La révélation a eu lieu un jour de février à 6h00 du matin dans la salle à manger d’un hôtel de province sous la forme d’un homme qui prenait son petit-déjeuner les yeux fixés sur un écran de télévision qui diffusait le journal continu d’une célèbre chaîne d’information dont le nom commence par BFM et finit par TV. Cet homme enfournait dans sa bouche une nourriture dont il n’était pas même conscient, absorbé qu’il était par l’écran qui proclamait la terreur covidienne. J’ai compris qu’il serait presque impossible de lutter face à une hypnose si évidente et si brutale. Si facile.

Une propagande efficace est d’une simplicité désarmante. Il n’y a qu’une seule chose à faire : répéter. Sans cesse. Inlassablement. Partout.

Même la thèse la plus délirante finit par être crue du plus grand nombre. C’est tout ce qui importe. Le petit nombre d’indécis ou de sceptiques ne compte pas.
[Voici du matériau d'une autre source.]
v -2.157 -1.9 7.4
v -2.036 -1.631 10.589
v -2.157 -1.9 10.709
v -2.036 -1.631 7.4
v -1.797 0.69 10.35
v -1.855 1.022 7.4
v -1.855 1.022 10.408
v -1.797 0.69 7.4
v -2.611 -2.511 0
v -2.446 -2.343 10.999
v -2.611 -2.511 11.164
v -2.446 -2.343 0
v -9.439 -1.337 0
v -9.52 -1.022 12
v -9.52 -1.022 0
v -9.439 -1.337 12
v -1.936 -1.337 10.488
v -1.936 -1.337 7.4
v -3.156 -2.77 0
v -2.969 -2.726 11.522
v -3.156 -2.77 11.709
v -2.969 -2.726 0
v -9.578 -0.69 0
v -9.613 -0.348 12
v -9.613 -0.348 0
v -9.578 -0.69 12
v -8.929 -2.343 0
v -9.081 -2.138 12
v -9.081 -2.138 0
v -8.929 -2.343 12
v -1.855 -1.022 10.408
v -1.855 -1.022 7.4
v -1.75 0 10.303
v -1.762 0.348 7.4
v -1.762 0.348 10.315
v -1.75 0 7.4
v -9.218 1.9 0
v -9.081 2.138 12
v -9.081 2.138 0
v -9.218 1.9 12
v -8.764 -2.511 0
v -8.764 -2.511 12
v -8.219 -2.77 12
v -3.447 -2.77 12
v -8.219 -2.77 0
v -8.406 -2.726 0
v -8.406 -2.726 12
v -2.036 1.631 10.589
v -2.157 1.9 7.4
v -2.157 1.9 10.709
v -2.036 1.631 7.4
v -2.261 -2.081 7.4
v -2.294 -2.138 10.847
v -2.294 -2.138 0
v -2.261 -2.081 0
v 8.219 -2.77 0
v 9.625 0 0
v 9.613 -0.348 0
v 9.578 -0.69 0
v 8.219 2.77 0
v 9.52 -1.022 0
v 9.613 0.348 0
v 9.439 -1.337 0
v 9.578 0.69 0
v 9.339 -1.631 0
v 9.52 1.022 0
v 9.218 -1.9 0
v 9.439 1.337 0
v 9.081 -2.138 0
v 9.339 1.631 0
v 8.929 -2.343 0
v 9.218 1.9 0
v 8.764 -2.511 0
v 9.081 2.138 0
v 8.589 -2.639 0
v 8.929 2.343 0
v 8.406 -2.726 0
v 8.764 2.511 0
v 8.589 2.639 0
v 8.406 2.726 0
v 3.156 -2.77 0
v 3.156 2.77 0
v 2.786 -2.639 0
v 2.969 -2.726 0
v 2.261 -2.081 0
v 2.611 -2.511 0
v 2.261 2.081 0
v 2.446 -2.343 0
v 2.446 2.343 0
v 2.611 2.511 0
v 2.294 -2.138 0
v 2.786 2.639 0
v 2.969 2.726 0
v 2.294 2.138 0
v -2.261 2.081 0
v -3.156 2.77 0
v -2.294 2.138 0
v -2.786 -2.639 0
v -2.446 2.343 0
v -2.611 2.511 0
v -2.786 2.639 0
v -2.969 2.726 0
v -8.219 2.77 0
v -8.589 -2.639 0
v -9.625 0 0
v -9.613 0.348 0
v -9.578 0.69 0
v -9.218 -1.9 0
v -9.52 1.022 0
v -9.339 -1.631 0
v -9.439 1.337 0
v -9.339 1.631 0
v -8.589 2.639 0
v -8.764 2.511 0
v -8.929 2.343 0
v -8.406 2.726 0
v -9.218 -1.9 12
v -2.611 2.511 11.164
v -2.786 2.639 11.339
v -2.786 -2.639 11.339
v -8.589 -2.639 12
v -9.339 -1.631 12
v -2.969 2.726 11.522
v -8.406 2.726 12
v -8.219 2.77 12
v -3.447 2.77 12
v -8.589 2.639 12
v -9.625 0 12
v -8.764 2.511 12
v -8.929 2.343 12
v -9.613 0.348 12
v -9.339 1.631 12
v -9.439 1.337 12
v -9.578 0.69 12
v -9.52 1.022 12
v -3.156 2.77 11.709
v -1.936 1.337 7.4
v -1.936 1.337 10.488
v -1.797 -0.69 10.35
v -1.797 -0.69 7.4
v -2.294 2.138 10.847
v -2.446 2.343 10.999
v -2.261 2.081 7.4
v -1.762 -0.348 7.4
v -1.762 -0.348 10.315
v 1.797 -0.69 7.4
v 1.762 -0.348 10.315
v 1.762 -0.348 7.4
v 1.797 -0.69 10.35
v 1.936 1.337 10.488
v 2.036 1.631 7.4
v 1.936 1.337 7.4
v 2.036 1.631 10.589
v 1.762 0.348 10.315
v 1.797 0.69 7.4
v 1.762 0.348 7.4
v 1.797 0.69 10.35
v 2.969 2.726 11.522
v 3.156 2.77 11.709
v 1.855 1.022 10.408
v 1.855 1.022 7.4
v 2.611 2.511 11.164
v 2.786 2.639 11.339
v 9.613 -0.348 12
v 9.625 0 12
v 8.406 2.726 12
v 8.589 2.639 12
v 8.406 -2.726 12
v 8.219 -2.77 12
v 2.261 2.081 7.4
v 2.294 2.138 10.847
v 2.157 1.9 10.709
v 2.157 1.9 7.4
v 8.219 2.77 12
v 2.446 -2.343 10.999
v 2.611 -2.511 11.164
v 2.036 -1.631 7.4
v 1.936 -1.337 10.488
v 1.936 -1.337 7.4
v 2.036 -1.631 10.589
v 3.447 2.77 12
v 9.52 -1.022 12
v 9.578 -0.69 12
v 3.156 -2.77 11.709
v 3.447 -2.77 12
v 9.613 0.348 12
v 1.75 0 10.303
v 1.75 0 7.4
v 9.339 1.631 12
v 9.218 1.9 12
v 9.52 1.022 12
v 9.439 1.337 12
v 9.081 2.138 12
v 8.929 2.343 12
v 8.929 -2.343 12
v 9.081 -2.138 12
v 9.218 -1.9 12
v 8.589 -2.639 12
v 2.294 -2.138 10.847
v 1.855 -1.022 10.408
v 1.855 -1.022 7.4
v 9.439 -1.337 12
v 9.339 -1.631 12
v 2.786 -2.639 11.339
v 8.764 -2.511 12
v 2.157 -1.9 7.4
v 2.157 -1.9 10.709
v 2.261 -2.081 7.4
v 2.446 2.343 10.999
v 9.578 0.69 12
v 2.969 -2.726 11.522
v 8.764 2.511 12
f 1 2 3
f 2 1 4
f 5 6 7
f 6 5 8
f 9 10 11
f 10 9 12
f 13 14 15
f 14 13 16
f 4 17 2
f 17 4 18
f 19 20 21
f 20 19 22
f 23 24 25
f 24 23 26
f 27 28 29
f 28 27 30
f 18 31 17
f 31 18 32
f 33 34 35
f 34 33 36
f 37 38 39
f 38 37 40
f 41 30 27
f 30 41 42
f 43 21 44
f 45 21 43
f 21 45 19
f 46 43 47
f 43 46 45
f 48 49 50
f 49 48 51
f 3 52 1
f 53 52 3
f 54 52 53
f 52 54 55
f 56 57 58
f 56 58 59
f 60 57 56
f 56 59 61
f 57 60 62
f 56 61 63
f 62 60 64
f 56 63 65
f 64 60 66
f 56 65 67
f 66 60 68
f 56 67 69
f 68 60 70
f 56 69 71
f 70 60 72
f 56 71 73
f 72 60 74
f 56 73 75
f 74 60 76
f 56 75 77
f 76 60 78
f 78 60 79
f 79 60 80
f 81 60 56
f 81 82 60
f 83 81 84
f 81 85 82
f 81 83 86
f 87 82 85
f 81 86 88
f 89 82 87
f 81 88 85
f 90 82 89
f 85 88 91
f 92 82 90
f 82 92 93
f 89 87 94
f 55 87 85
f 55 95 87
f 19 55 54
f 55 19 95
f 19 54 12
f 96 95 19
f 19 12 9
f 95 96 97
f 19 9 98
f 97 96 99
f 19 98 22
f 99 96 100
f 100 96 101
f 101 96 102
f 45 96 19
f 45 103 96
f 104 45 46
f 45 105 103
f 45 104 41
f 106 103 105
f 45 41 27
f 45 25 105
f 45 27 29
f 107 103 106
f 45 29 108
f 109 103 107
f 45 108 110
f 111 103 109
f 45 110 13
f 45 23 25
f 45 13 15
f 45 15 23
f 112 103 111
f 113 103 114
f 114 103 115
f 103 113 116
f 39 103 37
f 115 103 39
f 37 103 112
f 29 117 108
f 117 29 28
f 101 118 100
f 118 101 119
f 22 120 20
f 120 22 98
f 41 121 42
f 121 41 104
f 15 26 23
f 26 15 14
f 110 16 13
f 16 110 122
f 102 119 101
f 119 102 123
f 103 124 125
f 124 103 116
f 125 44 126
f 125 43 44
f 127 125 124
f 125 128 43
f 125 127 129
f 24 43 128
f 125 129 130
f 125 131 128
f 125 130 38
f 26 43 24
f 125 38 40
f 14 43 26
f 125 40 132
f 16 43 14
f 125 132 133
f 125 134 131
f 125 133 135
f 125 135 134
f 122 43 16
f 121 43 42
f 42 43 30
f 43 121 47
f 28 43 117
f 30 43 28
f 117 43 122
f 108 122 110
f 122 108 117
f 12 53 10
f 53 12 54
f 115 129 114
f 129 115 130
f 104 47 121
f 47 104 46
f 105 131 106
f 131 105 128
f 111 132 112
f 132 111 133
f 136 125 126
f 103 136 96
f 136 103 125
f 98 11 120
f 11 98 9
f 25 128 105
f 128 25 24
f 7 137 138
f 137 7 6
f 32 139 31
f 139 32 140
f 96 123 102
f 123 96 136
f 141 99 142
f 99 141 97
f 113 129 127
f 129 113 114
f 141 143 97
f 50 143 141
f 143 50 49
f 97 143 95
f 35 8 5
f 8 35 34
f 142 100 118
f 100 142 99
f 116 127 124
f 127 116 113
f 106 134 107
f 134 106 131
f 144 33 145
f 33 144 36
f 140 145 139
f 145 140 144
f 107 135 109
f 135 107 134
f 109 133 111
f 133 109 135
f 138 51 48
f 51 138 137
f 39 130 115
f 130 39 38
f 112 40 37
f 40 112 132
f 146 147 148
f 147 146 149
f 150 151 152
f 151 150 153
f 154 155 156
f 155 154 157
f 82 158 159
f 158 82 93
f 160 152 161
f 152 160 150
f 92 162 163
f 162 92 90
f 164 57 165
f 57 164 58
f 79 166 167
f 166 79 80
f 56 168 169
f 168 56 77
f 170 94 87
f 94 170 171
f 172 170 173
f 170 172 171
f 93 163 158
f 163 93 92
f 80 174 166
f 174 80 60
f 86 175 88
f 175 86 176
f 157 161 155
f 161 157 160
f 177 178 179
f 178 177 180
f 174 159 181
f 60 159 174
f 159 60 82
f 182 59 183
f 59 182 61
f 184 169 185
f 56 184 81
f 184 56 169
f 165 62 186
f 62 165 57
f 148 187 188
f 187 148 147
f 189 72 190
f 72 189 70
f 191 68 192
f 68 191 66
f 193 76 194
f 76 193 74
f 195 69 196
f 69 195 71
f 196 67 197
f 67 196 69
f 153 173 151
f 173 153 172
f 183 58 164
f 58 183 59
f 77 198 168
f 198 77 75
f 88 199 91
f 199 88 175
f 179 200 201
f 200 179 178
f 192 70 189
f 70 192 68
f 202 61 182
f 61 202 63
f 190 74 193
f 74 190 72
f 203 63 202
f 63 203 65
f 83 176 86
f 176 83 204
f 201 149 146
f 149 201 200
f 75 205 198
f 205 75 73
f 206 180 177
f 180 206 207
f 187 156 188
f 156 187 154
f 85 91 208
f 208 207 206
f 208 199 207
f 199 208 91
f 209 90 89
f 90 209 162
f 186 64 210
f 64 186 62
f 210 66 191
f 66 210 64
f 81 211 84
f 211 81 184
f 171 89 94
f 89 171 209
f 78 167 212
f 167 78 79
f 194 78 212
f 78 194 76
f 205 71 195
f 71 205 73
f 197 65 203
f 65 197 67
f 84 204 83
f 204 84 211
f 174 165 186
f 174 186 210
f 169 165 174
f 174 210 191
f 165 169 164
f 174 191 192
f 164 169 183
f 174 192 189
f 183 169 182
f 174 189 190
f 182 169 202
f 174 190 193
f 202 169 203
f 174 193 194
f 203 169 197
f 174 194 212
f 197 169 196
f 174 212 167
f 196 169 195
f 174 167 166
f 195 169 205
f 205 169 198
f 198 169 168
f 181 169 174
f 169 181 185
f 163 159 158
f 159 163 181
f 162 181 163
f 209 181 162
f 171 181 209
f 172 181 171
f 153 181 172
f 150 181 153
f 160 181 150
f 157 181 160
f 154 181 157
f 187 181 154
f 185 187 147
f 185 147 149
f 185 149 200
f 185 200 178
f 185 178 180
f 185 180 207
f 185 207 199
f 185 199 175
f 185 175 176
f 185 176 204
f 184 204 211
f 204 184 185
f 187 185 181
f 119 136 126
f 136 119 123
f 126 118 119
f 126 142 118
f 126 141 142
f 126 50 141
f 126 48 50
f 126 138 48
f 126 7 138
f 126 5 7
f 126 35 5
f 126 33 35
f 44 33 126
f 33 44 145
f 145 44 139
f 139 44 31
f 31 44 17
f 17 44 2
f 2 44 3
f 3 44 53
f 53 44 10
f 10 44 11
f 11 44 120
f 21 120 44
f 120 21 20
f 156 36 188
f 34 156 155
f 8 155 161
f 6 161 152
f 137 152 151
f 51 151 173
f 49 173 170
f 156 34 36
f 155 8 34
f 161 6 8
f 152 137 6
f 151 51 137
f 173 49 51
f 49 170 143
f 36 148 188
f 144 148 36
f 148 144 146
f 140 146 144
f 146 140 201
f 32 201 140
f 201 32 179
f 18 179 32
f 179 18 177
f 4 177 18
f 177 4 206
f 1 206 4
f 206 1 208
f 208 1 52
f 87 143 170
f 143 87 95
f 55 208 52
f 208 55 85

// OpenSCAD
// file: coffee-container-extension.scad
HEIGHT    = 70;
_HEIGHT    = 8;

WALL      =  3;
PLAY      =  0.5;
DZ        =  2;
_LIP_H     =  6;
LIP_H     =  3;

BEND_H    =  4;

CLIP_H    = 12;
_CLIP_H    = 0;

FLY       =  3;

TOLERANCE = .17;
ATOM      =  0.007;

/*
LIP_H  =  3;
HEIGHT =  6;
CLIP_H =  3;
*/

module shape_outer() {
    translate([-160.7, -65, 0])
    import("coffee-container-extension-outer.dxf");
}

module shape_inner() {
    translate([-160.7, -65, 0])
    import("coffee-container-extension-inner.dxf");
}

module bending() {
    r = 1400;
    translate([0, 0, -r + BEND_H])
    rotate([90, 0, 0])
    cylinder(r=r, h=300, center=true, $fn=200);
}

module wall_outer(outer, inner, h, z) {
    assert(h>=BEND_H);
    translate([0, 0, z])
    intersection() {
        difference() {
            linear_extrude(h)
            difference() {
                offset(r=outer/2) shape_outer();
                offset(r=-inner/2) shape_outer();
            }
           bending();
        }
        translate([0, 0, h-BEND_H])
        bending();
    }
}

module wall_inner(outer, inner, h, z, bending=true, hollowing=true) {
    if (bending)
        assert(h>=BEND_H);
    translate([0, 0, z])
    intersection() {
        difference() {
            linear_extrude(h)
            difference() {
                offset(r=outer/2) shape_inner();
                if (hollowing)
                    offset(r=-inner/2) shape_inner();
            }
            if (bending)
                bending();
        }
        if (bending)
            translate([0, 0, h-BEND_H])
            bending();
    }
}
//!wall(WALL/2, WALL/2, 8, 0);

module clip(is_bottom=true, shrink=false) {
    h = CLIP_H;
    d = WALL*1.125 -.5/4;
    w = WALL*.75 - (shrink ? TOLERANCE*2 : 0);
    r = WALL*.5 - (shrink? TOLERANCE*2 : 0);
    
    scale([1, 1.85, 1]) {
        difference() {
            for (i=[-1, 1]) {
                hull() {
                    translate([i*d, 0, 0])
                    cylinder(r=r, h=h, $fn=50);

                    translate([i*d*2.5, 0, 0])
                    cylinder(r=r, h=h, $fn=50);
                }
            }
            translate([0, 0, is_bottom ? h : 0])
            rotate([0, 45, 0])
            cube(d*1.5, center=true);
        }

        translate([-WALL, -w/2, is_bottom ? 0 : h*.3+1])
        cube([WALL*2, w, h*.7-1]);
    }
}

module all_clips() {
    // all clips
    translate([0, 0, -FLY])
    for (k=[-1, 1])
    for (i=[-1:1])
        translate([i*WALL*(3.05 + 3.23), k*4, 0])
        clip(shrink=true);
}
//!all_clips();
Leurs arguments n’auront aucun poids  sur la masse des convaincus qui raisonneront toujours de la façon la plus simple : si tout le monde, ou presque tout le monde, le dit c’est que ça doit être vrai. Celui dont l’opinion est dissonante sera perçu au mieux comme un original, au pire comme un élément dangereux. La raison en est fort simple : l’homme est un animal social et ne craint rien tant que l’exclusion du groupe. Il se conforme à l’opinion dominante et se méfie de celui qui apporte la contradiction et dérange ses certitudes.

La propagande, quel que soit le sujet, doit juste délivrer un message simple et propre à provoquer une émotion fondamentale : peur, joie, tristesse, colère. Éventuellement, elle cherchera à gagner la confiance ou déclencher la répulsion. Puis il suffit d’occuper le terrain. Partout, tout le temps, sans laisser aucune place à une opinion contraire.

C’est atrocement simple. Point n’est besoin de longs développements, de techniques publicitaires et psychologiques compliquées, de stratégie de référencement ou de positionnement. Tout cela vaut pour les petits, ceux qui essayent de vendre un produit hasardeux dans un monde qui n’en a pas besoin. Pour les grandes choses, la répétition.

La peur du covid est un exemple quasiment parfait. Depuis février 2020, les médias nous délivrent en boucle un seul message, tous les jours, sur tous les supports : il y a une maladie grave et mortelle qui sévit dans le monde. Cela suffit. Je vois ici et là des esprits lucides se plaindre de l’absence de débat, des exagérations, de l’incompréhension par le public des subtilités chiffrées. Tout cela est vain. Le seul moyen de lutter contre cette propagande serait de dire le contraire, de façon simple, dans tous les médias, tous les jours. C’est tout. Et c’est évidemment impossible.

Les arguments rationnels portent en petit comité. Entre gens prêts à réfléchir. Mais pour influencer massivement, une seule chose à faire. Répéter. Inlassablement. À force, le doute s’installe, puis la conviction. Juste parce qu’il est trop fatigant de réfléchir.

Alors répétez. Tout le temps. Partout où vous le pouvez : le covid n’est qu’un prétexte pour nous priver de liberté.